The US Congress can emphasize mutually reinforcing security and human rights objectives throughout Central Asia by mandating cooperation between the Pentagon, State Department and other US government agencies, and international human rights groups. It can also mandate close monitoring, evaluation, and assessment of US-funded programs related to security issues and require regular reporting on the impact of these programs on human and civil rights from the full range of agencies that implement them.

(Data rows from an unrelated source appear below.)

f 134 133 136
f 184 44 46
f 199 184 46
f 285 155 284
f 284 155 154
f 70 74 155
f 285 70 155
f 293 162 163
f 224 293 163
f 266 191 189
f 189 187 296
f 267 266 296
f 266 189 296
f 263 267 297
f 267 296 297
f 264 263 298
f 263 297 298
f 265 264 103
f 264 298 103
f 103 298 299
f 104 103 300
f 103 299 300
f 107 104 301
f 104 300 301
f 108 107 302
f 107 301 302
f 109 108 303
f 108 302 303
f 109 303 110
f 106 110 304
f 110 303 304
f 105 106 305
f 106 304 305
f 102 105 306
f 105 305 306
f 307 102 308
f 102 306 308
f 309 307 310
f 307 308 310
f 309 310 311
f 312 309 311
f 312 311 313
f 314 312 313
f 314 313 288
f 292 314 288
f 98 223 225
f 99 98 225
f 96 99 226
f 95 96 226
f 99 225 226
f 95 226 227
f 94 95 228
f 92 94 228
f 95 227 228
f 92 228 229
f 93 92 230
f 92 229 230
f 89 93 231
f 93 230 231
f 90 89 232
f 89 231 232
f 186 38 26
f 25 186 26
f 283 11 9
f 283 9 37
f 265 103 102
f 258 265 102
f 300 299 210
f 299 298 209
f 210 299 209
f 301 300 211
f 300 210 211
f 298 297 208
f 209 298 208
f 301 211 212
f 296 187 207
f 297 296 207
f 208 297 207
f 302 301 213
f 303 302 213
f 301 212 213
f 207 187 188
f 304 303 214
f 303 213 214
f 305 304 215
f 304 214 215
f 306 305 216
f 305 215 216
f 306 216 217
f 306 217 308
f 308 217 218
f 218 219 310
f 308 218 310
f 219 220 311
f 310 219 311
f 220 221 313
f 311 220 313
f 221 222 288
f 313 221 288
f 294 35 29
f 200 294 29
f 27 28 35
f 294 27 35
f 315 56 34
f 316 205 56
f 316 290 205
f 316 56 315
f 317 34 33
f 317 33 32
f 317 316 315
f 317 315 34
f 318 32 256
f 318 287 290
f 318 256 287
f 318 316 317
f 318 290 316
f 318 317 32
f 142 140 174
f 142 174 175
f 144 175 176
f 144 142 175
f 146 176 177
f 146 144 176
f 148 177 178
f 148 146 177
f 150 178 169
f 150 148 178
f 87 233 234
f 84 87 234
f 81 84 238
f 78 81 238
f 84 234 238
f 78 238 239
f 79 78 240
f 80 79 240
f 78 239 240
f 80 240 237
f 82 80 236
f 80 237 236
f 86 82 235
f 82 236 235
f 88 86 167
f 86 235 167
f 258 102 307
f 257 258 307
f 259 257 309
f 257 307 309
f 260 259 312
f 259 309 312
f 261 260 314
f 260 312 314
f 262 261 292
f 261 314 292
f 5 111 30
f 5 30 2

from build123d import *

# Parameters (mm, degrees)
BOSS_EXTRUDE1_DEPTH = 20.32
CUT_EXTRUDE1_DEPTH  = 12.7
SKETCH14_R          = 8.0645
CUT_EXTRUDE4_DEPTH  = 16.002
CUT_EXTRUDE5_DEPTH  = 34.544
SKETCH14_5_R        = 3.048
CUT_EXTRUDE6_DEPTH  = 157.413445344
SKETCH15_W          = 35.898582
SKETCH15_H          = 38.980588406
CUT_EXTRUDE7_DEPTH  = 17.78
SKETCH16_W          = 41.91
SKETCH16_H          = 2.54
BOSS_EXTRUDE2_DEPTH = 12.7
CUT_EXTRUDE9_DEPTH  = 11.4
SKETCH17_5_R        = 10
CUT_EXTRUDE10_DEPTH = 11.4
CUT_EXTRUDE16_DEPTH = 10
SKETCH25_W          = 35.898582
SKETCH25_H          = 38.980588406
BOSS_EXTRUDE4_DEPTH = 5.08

In addition, Congress can emphasize US support for regional non-governmental organizations that seek to increase citizen participation in government and access to objective sources of information. In Central Asia, local advocacy groups need sustained support from international counterparts like Human Rights Watch, the Committee to Protect Journalists, Amnesty International, and others if they are to keep up their pressure on governments to stop blatant abuses of human rights and to curb the increasing tendencies to crack down on dissent. Outside pressure from international organizations and governments like the United States has been effective in securing the release of journalists and activists from prison. International organizations in conjunction with local groups and journalists highlight government abuses and incidents that would otherwise go unremarked abroad. In addition, the offices of international organizations in the region have frequently served as safe havens for those fleeing abuse while pressure on Central Asian governments has been exerted on their behalf. These activities should be given significant US political and financial support.

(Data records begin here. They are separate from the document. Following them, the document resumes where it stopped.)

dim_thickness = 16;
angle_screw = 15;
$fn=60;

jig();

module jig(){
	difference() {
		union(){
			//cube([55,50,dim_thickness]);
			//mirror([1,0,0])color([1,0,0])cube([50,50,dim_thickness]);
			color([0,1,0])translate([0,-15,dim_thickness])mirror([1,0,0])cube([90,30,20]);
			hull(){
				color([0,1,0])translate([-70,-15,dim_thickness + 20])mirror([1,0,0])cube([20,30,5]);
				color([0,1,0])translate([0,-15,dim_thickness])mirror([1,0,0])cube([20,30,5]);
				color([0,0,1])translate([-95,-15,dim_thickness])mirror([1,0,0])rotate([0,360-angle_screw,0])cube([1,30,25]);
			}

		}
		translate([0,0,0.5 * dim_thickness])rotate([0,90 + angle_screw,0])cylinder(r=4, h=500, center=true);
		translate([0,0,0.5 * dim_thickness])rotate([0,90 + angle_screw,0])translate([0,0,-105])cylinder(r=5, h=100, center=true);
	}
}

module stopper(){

Finally, US government funding for broad-based civil society programs and NGO development remains essential. US foundations like the Eurasia Foundation and the Open Society Institute, which have been active in Central Asia for almost a decade now, have forged active partnerships with experienced local groups and are now focusing on creating permanent institutions in the region that will be able to support civil society once Western donors have withdrawn. Creating local capacity to effect and sustain reform is crucial. In closed states like Turkmenistan, simply maintaining an international presence on the ground is important. By funding even small numbers of people through democracy initiatives supported directly by the US Embassy and other activities, the US can demonstrate that countries like Turkmenistan can not remain completely isolated in the 21st Century—even in Central Asia.